§ Brief
Write out the data again in full, exactly as it reads.

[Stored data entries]
----------

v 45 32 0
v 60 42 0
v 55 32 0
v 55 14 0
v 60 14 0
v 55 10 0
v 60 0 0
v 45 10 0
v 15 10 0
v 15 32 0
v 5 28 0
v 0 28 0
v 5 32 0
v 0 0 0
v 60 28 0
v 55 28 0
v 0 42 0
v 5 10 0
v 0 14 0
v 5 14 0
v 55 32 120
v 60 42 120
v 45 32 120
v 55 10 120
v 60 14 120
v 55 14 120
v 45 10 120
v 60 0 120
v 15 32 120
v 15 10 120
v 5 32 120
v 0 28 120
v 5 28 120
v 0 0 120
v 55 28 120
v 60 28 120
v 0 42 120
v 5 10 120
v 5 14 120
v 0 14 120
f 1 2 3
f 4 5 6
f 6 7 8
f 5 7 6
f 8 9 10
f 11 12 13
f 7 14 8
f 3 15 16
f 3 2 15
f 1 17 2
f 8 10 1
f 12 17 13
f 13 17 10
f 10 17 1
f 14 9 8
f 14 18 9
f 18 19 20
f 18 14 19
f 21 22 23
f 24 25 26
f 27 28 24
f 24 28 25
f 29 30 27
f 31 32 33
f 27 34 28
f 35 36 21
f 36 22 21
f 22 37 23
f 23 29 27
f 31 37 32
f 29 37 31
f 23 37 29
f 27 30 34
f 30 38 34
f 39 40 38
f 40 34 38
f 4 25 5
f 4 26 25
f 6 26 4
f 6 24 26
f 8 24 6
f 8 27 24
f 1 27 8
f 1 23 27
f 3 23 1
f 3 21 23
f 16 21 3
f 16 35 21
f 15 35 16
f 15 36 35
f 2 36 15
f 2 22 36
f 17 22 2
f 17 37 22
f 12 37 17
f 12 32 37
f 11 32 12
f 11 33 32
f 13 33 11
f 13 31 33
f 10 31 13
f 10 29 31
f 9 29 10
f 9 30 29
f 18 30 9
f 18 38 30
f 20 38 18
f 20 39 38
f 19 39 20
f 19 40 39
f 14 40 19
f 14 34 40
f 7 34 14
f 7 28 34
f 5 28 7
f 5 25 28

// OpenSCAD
$fn = 32;

// ----------------------------------------------------------------------
// T-slot rail: 60 x 42 mm section, 120 mm long
// ----------------------------------------------------------------------

// --- parameters (mm) ---
profile_height = 120;     // extrusion height
profile_points = 20;      // points of the closed outline

profile = [[0, 0], [60, 0], [60, 14], [55, 14], [55, 10], [45, 10], [45, 32], [55, 32], [55, 28], [60, 28], [60, 42], [0, 42], [0, 28], [5, 28], [5, 32], [15, 32], [15, 10], [5, 10], [5, 14], [0, 14]];  // single closed polygon, 20 points, counter clockwise

// --- the one profile operation ---
linear_extrude(height = profile_height) polygon(points = profile);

----------

§ Result of the exercise
v 45 32 0
v 60 42 0
v 55 32 0
v 55 14 0
v 60 14 0
v 55 10 0
v 60 0 0
v 45 10 0
v 15 10 0
v 15 32 0
v 5 28 0
v 0 28 0
v 5 32 0
v 0 0 0
v 60 28 0
v 55 28 0
v 0 42 0
v 5 10 0
v 0 14 0
v 5 14 0
v 55 32 120
v 60 42 120
v 45 32 120
v 55 10 120
v 60 14 120
v 55 14 120
v 45 10 120
v 60 0 120
v 15 32 120
v 15 10 120
v 5 32 120
v 0 28 120
v 5 28 120
v 0 0 120
v 55 28 120
v 60 28 120
v 0 42 120
v 5 10 120
v 5 14 120
v 0 14 120
f 1 2 3
f 4 5 6
f 6 7 8
f 5 7 6
f 8 9 10
f 11 12 13
f 7 14 8
f 3 15 16
f 3 2 15
f 1 17 2
f 8 10 1
f 12 17 13
f 13 17 10
f 10 17 1
f 14 9 8
f 14 18 9
f 18 19 20
f 18 14 19
f 21 22 23
f 24 25 26
f 27 28 24
f 24 28 25
f 29 30 27
f 31 32 33
f 27 34 28
f 35 36 21
f 36 22 21
f 22 37 23
f 23 29 27
f 31 37 32
f 29 37 31
f 23 37 29
f 27 30 34
f 30 38 34
f 39 40 38
f 40 34 38
f 4 25 5
f 4 26 25
f 6 26 4
f 6 24 26
f 8 24 6
f 8 27 24
f 1 27 8
f 1 23 27
f 3 23 1
f 3 21 23
f 16 21 3
f 16 35 21
f 15 35 16
f 15 36 35
f 2 36 15
f 2 22 36
f 17 22 2
f 17 37 22
f 12 37 17
f 12 32 37
f 11 32 12
f 11 33 32
f 13 33 11
f 13 31 33
f 10 31 13
f 10 29 31
f 9 29 10
f 9 30 29
f 18 30 9
f 18 38 30
f 20 38 18
f 20 39 38
f 19 39 20
f 19 40 39
f 14 40 19
f 14 34 40
f 7 34 14
f 7 28 34
f 5 28 7
f 5 25 28

// OpenSCAD
$fn = 32;

// ----------------------------------------------------------------------
// T-slot rail: 60 x 42 mm section, 120 mm long
// ----------------------------------------------------------------------

// --- parameters (mm) ---
profile_height = 120;     // extrusion height
profile_points = 20;      // points of the closed outline

profile = [[0, 0], [60, 0], [60, 14], [55, 14], [55, 10], [45, 10], [45, 32], [55, 32], [55, 28], [60, 28], [60, 42], [0, 42], [0, 28], [5, 28], [5, 32], [15, 32], [15, 10], [5, 10], [5, 14], [0, 14]];  // single closed polygon, 20 points, counter clockwise

// --- the one profile operation ---
linear_extrude(height = profile_height) polygon(points = profile);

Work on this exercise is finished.